# House Insurance



## RICHNTRISH (Jun 4, 2008)

Hi
We have heard that house insurance can sometimes be hard to get. Is this correct?

We are looking at buying in Florida.

Richard & Trish


----------



## synthia (Apr 18, 2007)

In some parts of Florida it can be impossible. The insurance companies have been badly burned by hurricanes. You can't get a mortgage without insurance, so unless you are prepared to pay cash, holding the house without insurance won't be possible.

On the other hand, housing prices have dropped considerably.


----------



## RICHNTRISH (Jun 4, 2008)

synthia said:


> In some parts of Florida it can be impossible. The insurance companies have been badly burned by hurricanes. You can't get a mortgage without insurance, so unless you are prepared to pay cash, holding the house without insurance won't be possible.
> 
> On the other hand, housing prices have dropped considerably.

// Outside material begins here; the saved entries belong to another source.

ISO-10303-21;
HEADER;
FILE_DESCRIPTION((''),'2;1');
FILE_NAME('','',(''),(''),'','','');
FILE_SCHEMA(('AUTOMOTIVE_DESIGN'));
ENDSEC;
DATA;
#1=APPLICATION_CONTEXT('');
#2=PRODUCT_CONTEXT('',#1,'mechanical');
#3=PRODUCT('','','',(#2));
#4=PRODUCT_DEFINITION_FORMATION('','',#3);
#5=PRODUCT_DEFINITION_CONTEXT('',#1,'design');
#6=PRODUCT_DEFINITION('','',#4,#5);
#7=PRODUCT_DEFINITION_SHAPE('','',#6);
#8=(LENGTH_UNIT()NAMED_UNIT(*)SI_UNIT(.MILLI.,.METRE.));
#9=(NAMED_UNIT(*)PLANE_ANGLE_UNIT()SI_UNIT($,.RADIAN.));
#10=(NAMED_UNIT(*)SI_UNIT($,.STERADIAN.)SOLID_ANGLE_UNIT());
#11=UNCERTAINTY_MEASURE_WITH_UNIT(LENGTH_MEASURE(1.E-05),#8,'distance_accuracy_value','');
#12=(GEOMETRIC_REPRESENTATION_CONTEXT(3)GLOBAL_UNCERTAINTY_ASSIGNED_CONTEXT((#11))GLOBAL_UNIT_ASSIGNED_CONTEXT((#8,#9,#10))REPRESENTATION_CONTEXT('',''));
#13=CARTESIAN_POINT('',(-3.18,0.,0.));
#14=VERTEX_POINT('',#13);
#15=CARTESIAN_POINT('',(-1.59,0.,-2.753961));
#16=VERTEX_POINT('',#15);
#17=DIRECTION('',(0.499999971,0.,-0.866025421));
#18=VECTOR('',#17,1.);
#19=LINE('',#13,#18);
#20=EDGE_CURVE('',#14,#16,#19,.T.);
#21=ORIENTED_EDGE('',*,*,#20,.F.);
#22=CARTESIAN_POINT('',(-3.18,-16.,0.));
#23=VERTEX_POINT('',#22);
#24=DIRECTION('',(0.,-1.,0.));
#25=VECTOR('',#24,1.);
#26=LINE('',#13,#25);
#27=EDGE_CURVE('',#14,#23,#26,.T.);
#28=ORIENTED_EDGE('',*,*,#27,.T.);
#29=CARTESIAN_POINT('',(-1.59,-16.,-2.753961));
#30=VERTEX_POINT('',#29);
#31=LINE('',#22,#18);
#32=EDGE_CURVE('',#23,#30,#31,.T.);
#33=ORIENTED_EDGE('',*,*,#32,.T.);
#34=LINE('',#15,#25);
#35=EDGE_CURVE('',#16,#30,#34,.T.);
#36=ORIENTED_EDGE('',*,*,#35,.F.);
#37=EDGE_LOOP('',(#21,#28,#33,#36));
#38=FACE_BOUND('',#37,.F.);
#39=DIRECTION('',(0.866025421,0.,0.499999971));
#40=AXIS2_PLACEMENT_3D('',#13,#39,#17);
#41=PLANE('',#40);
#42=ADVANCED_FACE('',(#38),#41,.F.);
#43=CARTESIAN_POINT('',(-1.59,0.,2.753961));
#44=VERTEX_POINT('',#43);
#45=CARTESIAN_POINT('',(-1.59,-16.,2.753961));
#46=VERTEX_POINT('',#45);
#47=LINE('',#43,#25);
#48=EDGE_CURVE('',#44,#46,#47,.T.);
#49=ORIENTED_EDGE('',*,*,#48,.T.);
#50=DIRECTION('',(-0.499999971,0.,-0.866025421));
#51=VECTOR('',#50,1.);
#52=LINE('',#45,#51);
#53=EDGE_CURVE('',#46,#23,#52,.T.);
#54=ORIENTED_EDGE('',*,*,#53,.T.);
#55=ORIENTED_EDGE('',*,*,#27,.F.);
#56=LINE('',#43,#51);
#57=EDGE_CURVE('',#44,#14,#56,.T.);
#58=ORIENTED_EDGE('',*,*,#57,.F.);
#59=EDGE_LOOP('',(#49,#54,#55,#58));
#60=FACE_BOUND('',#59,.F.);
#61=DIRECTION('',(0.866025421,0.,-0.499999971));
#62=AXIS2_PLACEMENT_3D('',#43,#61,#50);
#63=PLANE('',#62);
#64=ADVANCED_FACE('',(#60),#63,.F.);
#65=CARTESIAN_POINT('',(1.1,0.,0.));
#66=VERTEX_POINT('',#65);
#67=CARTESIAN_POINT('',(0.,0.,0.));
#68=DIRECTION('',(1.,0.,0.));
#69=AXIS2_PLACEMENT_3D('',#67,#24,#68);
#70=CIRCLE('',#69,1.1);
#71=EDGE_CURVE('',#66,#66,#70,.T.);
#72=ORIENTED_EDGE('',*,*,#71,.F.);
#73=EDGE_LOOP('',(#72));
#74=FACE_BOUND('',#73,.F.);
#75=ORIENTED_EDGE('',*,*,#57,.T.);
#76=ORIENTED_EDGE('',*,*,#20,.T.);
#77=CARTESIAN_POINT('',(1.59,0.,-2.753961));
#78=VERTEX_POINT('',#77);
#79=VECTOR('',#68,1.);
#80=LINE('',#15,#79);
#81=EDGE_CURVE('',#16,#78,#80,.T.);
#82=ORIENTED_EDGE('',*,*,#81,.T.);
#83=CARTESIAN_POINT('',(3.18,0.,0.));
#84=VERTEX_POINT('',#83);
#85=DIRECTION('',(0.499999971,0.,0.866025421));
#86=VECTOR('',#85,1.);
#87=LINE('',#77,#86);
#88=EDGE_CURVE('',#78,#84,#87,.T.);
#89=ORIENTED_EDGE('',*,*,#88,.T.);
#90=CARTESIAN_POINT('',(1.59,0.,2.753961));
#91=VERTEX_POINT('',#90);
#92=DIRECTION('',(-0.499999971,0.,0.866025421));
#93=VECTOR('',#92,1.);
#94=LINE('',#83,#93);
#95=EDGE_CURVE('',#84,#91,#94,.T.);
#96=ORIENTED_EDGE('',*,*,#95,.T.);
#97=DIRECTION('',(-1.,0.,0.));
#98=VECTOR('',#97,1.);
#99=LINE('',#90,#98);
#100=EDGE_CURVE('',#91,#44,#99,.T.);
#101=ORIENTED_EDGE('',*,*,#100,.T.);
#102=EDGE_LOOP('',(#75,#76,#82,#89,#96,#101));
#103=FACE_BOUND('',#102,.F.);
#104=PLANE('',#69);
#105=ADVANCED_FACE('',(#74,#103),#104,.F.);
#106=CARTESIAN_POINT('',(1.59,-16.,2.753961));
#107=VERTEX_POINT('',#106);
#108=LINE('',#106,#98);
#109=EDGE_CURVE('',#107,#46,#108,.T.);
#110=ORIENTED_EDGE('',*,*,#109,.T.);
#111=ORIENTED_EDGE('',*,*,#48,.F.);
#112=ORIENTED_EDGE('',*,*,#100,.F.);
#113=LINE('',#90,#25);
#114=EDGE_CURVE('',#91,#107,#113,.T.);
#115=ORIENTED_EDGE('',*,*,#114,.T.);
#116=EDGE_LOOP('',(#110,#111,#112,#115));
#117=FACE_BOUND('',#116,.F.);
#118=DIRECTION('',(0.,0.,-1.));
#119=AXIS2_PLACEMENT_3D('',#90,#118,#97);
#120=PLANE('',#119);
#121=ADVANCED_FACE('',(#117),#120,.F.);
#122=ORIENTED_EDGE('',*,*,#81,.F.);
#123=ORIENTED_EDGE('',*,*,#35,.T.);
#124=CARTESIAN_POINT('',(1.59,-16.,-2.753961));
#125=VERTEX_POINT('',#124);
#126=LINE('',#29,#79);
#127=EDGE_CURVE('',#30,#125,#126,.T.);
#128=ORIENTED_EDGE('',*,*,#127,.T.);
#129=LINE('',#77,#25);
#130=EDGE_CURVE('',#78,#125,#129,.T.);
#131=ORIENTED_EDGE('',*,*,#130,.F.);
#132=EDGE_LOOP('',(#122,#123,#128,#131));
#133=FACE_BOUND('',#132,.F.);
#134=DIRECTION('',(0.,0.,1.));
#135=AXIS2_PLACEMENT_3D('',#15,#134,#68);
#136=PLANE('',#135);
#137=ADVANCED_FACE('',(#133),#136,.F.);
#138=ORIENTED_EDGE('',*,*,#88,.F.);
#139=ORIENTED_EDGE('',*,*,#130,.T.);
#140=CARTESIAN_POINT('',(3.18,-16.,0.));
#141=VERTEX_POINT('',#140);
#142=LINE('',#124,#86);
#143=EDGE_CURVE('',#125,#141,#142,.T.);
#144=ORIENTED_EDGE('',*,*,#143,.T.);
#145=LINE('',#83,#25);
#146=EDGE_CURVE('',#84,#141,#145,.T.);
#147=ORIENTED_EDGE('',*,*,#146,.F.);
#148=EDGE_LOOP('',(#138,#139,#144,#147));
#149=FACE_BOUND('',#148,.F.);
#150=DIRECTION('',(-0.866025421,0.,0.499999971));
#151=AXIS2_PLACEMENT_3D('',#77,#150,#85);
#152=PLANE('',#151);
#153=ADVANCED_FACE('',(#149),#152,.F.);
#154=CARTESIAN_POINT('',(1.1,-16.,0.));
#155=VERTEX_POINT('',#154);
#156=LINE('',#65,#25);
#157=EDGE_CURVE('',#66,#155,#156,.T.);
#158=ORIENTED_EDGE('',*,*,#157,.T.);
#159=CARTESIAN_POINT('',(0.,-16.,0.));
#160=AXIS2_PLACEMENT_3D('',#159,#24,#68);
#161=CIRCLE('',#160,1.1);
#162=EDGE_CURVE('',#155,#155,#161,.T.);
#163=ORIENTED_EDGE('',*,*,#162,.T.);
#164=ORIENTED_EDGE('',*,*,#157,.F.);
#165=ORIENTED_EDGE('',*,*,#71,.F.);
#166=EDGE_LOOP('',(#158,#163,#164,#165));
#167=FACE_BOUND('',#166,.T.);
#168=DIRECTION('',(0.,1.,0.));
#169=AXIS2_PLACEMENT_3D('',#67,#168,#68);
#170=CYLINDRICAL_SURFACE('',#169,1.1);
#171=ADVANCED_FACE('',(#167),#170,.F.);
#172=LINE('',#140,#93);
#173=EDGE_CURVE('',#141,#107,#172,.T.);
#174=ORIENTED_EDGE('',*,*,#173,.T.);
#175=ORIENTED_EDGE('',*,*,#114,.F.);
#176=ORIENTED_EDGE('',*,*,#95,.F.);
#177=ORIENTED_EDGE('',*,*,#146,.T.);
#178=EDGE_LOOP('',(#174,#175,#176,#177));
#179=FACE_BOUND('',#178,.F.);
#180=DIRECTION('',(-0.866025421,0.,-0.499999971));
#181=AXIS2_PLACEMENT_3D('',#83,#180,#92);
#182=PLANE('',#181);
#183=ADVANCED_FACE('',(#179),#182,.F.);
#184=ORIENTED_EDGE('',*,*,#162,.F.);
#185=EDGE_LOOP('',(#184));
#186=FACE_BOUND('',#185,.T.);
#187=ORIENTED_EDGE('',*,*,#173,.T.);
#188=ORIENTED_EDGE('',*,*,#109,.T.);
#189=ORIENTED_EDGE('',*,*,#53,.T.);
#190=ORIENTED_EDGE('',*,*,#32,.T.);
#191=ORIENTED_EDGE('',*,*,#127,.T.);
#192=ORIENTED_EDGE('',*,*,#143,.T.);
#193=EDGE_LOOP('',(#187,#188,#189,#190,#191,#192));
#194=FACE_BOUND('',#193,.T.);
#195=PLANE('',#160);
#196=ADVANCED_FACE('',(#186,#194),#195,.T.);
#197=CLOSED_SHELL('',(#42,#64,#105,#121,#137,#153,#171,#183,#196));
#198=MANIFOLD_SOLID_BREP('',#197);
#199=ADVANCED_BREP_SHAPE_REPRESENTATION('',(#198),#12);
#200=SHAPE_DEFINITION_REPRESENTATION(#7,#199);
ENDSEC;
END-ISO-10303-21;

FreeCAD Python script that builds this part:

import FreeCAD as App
import Part
import Sketcher
Q = App.Units.Quantity


def add_polygon(sketch, points):
    """Adds a closed chain of lines whose ends are joined by coincident constraints."""
    first, n = sketch.GeometryCount, len(points)
    for a, b in zip(points, points[1:] + points[:1]):
        sketch.addGeometry(Part.LineSegment(App.Vector(*a, 0), App.Vector(*b, 0)), False)
    for i in range(n):
        sketch.addConstraint(Sketcher.Constraint("Coincident", first + i, 2, first + (i + 1) % n, 1))

doc = App.newDocument("Part")
body = doc.addObject("PartDesign::Body", "Body")

# Sketch on XZ plane
sketch1 = body.newObject("Sketcher::SketchObject", "Sketch")
sketch1.AttachmentSupport = (doc.getObject("XZ_Plane"), [""])
sketch1.MapMode = "FlatFace"
add_polygon(sketch1, [(-1.6, -2.8), (1.6, -2.8), (3.2, 0), (1.6, 2.8), (-1.6, 2.8), (-3.2, 0)])  # lines 0-5
sketch1.addGeometry(Part.Circle(App.Vector(0, 0, 0), App.Vector(0, 0, 1), 1.1), False)  # 6
sketch1.addConstraint([
    Sketcher.Constraint("Horizontal", 0),
    Sketcher.Constraint("Horizontal", 3),
    Sketcher.Constraint("Coincident", 6, 3, -1, 1),
    Sketcher.Constraint("Symmetric", 0, 2, 3, 2, -1, 1),
    Sketcher.Constraint("Symmetric", 1, 2, 4, 2, -1, 1),
    Sketcher.Constraint("PointOnObject", 1, 2, -1),
    Sketcher.Constraint("Parallel", 2, 5),
    Sketcher.Constraint("Vertical", 0, 2, 2, 2),
    Sketcher.Constraint("Diameter", 6, 2.2),
    Sketcher.Constraint("Angle", 1, Q("60.000002 deg")),
    Sketcher.Constraint("DistanceX", 0, 1, 0, 2, 3.18),
    Sketcher.Constraint("Distance", 1, 3.18),
])
pad1 = body.newObject("PartDesign::Pad", "Pad")
pad1.Profile = sketch1
pad1.Length = 16

doc.recompute()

Thanks , we were planning to buy with cash , so hopefully it shouldn't be a problem , but i 'd be worried about not having insurance . What sort of areas are uninsurable ? coastal regions i guess ?
Its the same in the UK , insurance companys have had to pay out alot on flooding lately so lots of places are are being threatened with premium hikes as the insurance companys are upset about only having multi million pound profits !


----------



## tampa_man_33 (Jun 12, 2008)

You should have no problem with homeowner insurance in Florida. Typically if you live near a coastal community you will have to pay flood insurance on top of your homeowners insurance.


----------



## synthia (Apr 18, 2007)

There have been problems reported in the papers about people having trouble finding insurance, especially up in the panhandle. A lot of companies simply stopper writing insurance in Florida. It's a lot easier in the Tampa/St. Pete area as we usually only get indirect hits.


----------



## twostep (Apr 3, 2008)

Depending on the location of your property it may be in a socalled flood plane. Banks require flood insurance across the board. Without a lein on your property it is your decision. Remeber - flood insurance has to be in effect a minimum of 30 days to apply.
Premiums depend on a number of factors - location, age, previous history of property, size, appraisal, type of coverage.
Pick something off a realtor's website and run through a number of insurance quotes. Google is your best friend. Call for help if you need it.
One of your issues will be lack of insurance and credit history.


----------